● Extracted information

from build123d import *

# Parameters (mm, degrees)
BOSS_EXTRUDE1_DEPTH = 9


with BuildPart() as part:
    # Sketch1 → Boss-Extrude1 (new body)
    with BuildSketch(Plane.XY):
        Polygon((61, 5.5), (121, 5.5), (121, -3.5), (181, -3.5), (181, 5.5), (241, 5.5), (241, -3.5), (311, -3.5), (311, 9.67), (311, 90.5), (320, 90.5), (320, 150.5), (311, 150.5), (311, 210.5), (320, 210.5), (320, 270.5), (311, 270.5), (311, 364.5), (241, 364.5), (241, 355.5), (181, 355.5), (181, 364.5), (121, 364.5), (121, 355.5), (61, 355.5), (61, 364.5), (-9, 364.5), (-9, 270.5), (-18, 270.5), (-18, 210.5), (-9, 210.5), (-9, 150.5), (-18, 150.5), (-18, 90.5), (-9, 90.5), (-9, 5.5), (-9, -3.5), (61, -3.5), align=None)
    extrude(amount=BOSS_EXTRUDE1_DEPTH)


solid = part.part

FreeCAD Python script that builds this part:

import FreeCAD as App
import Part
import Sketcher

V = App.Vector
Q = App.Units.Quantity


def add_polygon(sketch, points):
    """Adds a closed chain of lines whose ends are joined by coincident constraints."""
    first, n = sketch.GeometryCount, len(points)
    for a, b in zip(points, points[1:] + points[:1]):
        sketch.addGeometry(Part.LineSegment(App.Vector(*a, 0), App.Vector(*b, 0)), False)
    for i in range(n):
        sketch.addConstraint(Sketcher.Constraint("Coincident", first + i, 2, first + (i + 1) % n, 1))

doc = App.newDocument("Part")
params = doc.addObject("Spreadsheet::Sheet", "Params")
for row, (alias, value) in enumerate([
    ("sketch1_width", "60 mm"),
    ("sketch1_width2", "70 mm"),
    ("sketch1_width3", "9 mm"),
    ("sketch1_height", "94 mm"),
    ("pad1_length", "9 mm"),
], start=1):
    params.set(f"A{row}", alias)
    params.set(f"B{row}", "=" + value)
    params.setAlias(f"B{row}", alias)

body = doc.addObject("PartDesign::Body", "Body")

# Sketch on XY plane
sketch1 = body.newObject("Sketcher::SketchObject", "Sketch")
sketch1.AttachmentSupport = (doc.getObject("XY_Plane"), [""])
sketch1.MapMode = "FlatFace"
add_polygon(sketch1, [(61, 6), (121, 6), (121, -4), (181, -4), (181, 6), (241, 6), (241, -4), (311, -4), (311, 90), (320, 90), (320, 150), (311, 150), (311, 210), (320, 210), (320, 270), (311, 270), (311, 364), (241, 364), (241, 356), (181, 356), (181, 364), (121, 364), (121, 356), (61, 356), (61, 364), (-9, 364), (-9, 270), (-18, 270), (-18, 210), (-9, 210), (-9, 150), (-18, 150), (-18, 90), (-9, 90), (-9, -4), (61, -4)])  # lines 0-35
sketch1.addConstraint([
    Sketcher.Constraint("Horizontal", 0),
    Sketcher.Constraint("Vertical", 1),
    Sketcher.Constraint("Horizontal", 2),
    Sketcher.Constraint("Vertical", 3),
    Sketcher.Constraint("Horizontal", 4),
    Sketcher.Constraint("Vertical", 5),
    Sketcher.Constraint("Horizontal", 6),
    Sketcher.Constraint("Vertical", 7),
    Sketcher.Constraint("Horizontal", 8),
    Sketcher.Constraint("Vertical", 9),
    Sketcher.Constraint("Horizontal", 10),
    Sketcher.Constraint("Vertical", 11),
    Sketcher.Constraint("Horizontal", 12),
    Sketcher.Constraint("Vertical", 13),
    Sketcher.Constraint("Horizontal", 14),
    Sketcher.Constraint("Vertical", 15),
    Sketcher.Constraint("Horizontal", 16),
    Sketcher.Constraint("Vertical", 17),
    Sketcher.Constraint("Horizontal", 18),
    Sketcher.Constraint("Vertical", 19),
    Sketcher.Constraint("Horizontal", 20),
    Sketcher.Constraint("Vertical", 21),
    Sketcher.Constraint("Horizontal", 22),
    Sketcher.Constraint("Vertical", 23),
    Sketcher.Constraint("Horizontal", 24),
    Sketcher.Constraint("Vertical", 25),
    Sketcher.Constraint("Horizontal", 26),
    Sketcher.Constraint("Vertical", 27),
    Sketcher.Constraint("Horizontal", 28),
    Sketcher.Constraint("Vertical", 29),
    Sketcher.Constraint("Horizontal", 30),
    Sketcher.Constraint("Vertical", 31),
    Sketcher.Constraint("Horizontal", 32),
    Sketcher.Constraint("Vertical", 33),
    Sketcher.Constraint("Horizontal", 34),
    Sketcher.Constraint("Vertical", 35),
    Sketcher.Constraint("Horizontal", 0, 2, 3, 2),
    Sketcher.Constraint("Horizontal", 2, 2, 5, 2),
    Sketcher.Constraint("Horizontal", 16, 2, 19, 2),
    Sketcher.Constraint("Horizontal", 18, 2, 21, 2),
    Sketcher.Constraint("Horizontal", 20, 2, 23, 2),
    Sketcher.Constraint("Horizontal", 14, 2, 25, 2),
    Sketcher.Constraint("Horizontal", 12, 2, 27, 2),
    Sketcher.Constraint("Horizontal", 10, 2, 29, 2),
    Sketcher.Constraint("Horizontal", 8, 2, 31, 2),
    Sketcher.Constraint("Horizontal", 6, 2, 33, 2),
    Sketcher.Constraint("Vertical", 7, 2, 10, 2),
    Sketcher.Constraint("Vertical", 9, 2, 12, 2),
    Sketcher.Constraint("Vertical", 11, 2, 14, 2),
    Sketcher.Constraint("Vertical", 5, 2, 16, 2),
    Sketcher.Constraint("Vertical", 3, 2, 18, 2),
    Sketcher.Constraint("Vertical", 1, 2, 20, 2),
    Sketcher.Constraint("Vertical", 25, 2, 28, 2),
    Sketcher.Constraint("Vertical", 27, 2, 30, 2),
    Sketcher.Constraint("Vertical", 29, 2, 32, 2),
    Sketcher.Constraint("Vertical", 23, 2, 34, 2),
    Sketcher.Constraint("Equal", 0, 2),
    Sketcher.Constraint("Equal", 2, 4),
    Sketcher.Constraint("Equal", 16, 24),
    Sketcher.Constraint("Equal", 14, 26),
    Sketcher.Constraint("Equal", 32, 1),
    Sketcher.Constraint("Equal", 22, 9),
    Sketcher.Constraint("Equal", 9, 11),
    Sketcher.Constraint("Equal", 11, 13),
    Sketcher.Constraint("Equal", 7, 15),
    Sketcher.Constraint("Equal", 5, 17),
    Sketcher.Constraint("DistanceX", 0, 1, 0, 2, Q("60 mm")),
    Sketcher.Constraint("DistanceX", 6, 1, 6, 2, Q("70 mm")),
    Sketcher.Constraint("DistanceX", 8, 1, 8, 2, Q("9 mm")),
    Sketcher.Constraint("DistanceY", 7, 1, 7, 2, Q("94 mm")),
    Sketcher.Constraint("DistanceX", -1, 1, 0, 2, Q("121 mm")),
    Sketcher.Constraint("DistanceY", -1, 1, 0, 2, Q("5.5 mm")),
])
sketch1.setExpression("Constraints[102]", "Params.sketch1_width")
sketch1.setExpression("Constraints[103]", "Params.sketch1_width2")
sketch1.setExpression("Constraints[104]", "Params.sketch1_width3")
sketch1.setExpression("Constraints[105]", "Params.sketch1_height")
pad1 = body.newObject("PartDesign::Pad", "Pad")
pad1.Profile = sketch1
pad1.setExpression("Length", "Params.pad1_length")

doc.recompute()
...
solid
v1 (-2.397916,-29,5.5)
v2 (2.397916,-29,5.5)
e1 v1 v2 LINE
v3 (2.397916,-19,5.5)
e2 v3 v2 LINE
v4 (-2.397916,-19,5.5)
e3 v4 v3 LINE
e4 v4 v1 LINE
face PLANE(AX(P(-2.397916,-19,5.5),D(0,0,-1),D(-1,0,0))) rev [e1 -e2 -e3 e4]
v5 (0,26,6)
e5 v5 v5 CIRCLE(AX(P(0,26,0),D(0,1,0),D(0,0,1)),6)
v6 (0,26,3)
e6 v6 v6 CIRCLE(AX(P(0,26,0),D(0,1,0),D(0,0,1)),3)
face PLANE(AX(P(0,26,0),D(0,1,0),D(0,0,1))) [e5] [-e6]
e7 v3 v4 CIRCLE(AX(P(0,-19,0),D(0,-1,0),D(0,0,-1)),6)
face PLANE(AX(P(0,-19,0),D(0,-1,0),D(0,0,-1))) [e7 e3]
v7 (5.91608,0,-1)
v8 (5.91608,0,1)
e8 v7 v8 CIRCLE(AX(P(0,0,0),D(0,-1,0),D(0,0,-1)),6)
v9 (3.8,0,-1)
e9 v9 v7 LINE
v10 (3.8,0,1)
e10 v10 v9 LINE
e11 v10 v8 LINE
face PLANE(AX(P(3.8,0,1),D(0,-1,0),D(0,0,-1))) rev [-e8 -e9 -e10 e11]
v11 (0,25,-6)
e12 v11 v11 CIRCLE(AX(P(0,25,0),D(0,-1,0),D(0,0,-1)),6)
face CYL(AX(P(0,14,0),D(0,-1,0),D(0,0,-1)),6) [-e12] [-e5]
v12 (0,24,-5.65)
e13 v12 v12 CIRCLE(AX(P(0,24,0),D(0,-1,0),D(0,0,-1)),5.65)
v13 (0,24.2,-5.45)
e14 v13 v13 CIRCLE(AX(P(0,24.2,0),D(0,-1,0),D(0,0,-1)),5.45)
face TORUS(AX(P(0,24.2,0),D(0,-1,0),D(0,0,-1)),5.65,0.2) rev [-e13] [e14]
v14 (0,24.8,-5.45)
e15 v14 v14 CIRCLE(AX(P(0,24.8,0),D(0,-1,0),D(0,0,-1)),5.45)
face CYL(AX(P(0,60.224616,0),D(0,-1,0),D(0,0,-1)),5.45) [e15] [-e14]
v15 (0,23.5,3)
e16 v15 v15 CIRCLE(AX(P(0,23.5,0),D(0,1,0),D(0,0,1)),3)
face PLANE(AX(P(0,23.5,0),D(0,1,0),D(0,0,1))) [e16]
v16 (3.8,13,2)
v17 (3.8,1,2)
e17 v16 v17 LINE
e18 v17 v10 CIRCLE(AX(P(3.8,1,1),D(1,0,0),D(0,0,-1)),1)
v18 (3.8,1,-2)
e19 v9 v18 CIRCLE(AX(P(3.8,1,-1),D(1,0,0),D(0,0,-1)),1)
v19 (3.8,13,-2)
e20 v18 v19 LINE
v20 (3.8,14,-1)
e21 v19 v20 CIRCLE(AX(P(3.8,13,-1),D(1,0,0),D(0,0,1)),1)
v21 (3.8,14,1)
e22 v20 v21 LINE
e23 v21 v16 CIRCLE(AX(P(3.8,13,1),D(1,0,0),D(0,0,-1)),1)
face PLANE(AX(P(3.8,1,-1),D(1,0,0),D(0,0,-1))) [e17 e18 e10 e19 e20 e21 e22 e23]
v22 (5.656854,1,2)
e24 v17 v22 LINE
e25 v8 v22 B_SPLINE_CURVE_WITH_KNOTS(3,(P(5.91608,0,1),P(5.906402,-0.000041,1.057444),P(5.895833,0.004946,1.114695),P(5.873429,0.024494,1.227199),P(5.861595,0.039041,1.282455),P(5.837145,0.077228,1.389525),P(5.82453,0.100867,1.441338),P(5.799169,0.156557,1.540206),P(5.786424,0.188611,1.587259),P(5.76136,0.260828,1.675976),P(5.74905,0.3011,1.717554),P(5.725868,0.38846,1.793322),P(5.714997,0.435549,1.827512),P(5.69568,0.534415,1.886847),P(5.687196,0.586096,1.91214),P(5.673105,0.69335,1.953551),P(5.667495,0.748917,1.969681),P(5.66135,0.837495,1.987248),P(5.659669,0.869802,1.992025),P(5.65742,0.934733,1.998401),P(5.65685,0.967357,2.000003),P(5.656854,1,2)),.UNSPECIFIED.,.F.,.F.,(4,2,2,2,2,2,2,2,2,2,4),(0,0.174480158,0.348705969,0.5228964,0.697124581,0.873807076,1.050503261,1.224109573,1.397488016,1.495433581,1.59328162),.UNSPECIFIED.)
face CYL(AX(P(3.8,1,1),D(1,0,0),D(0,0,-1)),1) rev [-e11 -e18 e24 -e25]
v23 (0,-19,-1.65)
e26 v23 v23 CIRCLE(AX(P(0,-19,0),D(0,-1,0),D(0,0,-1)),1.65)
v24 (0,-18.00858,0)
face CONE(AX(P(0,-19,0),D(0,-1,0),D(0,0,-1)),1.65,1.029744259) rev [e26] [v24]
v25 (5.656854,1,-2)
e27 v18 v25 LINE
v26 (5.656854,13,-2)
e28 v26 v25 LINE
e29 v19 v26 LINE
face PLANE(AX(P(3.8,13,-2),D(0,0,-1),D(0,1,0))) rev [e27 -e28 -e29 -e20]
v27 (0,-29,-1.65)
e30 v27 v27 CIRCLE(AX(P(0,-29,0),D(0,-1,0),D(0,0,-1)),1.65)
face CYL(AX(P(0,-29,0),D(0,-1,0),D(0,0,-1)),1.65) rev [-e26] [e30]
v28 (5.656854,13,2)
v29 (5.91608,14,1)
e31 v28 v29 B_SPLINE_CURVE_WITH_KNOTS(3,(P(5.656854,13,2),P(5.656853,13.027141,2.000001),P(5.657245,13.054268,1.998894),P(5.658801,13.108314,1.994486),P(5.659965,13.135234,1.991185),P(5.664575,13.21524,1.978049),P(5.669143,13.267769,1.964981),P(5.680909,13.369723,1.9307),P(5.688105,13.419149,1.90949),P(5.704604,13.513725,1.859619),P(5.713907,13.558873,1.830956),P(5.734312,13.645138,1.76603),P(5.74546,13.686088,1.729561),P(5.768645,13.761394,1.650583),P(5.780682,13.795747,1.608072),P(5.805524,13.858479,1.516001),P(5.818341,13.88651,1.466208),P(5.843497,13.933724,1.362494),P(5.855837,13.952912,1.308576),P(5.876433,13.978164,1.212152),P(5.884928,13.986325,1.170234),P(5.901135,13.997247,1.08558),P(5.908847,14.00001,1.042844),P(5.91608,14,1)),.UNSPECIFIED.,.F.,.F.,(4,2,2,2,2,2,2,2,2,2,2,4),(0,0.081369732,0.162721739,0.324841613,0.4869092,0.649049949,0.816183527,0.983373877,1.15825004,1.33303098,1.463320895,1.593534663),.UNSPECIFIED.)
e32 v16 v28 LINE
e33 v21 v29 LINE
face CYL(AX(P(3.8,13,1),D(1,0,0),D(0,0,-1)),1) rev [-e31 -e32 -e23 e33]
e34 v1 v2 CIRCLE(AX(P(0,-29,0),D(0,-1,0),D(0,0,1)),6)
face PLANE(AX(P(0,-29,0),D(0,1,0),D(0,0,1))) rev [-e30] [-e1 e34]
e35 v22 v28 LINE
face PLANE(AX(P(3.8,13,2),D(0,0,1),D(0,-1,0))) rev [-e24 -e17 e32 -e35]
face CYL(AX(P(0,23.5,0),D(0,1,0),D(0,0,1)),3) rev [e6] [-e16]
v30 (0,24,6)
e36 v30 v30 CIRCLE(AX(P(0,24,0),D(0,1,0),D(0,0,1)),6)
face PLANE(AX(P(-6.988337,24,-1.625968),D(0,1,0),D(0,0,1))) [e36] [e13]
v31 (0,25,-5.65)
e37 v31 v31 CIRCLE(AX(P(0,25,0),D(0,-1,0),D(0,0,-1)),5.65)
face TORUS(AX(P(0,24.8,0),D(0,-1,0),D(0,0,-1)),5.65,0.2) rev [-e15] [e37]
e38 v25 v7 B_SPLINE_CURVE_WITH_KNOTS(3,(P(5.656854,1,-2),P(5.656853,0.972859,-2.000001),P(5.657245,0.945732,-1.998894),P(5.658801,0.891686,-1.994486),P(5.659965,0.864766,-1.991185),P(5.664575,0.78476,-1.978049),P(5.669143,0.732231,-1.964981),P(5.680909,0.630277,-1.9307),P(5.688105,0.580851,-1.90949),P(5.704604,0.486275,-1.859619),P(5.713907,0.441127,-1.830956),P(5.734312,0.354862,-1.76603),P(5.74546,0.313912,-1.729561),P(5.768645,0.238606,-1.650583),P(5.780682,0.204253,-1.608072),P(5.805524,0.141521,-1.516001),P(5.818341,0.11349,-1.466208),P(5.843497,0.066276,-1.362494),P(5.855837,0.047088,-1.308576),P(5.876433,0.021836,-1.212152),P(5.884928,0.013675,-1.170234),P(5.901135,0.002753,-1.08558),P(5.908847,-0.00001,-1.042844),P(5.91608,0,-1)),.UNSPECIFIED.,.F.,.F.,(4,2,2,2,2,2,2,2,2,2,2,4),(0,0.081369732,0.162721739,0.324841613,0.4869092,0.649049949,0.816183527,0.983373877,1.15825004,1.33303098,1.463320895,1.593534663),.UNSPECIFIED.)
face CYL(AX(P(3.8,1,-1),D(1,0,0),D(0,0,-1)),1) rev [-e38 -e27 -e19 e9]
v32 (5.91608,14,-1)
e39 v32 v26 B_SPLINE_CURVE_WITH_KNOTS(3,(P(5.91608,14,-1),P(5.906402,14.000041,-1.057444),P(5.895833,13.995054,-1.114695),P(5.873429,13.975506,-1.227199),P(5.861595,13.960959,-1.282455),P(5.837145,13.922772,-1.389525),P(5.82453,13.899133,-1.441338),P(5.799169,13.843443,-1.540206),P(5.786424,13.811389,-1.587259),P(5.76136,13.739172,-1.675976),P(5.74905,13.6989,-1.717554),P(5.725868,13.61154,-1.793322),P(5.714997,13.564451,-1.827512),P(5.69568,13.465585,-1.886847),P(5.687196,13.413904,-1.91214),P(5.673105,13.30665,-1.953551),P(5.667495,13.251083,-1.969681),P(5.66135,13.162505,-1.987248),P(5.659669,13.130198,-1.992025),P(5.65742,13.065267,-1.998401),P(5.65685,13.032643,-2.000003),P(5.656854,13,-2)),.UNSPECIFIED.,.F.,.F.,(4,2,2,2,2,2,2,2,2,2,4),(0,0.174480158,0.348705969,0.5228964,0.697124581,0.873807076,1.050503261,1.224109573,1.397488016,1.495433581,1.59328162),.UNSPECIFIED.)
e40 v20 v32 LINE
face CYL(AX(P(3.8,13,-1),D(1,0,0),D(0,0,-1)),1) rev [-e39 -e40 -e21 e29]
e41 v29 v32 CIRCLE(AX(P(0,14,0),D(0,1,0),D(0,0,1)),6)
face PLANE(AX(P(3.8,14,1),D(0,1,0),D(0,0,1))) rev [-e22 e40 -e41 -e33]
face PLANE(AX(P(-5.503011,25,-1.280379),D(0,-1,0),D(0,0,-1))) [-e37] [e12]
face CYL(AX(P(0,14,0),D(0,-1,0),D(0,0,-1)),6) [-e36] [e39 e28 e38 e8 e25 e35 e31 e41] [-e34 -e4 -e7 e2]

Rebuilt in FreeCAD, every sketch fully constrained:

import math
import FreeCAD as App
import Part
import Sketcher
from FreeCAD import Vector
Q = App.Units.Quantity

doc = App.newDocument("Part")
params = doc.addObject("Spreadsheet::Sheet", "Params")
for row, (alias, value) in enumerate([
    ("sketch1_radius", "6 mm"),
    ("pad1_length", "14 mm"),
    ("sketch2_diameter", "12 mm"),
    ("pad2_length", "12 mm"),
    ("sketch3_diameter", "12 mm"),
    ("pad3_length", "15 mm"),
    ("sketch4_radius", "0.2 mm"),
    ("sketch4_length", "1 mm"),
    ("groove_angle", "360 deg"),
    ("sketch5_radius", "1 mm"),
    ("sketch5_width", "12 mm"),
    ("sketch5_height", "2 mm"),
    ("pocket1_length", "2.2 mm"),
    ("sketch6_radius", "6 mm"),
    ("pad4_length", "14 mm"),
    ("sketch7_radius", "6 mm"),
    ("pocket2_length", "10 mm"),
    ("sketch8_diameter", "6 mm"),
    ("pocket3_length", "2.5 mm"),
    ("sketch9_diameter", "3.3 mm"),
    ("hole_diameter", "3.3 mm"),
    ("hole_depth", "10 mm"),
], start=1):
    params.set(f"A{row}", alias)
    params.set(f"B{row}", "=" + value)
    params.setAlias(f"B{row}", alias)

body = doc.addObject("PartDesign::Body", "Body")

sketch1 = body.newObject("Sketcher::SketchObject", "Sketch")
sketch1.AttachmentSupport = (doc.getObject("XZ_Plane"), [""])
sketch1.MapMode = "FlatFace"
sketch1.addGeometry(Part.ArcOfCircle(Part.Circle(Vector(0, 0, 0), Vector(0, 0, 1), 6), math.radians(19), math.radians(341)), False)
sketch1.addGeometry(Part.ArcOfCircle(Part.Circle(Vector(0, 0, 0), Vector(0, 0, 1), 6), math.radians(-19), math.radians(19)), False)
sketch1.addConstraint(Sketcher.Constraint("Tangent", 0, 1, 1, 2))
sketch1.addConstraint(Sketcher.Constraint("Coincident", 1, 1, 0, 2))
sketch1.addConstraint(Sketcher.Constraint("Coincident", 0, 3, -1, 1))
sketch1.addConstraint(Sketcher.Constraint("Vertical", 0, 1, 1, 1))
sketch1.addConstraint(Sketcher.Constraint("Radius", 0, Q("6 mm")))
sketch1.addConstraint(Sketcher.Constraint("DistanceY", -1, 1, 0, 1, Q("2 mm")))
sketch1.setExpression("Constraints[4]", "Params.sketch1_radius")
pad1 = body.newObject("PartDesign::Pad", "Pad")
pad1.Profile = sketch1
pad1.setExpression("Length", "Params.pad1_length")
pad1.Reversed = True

● Task details
Output the lines above exactly, but only those between the line holding "solid = part.part" and the line holding "FreeCAD Python script", inclusive.

● Answer
solid = part.part

FreeCAD Python script that builds this part:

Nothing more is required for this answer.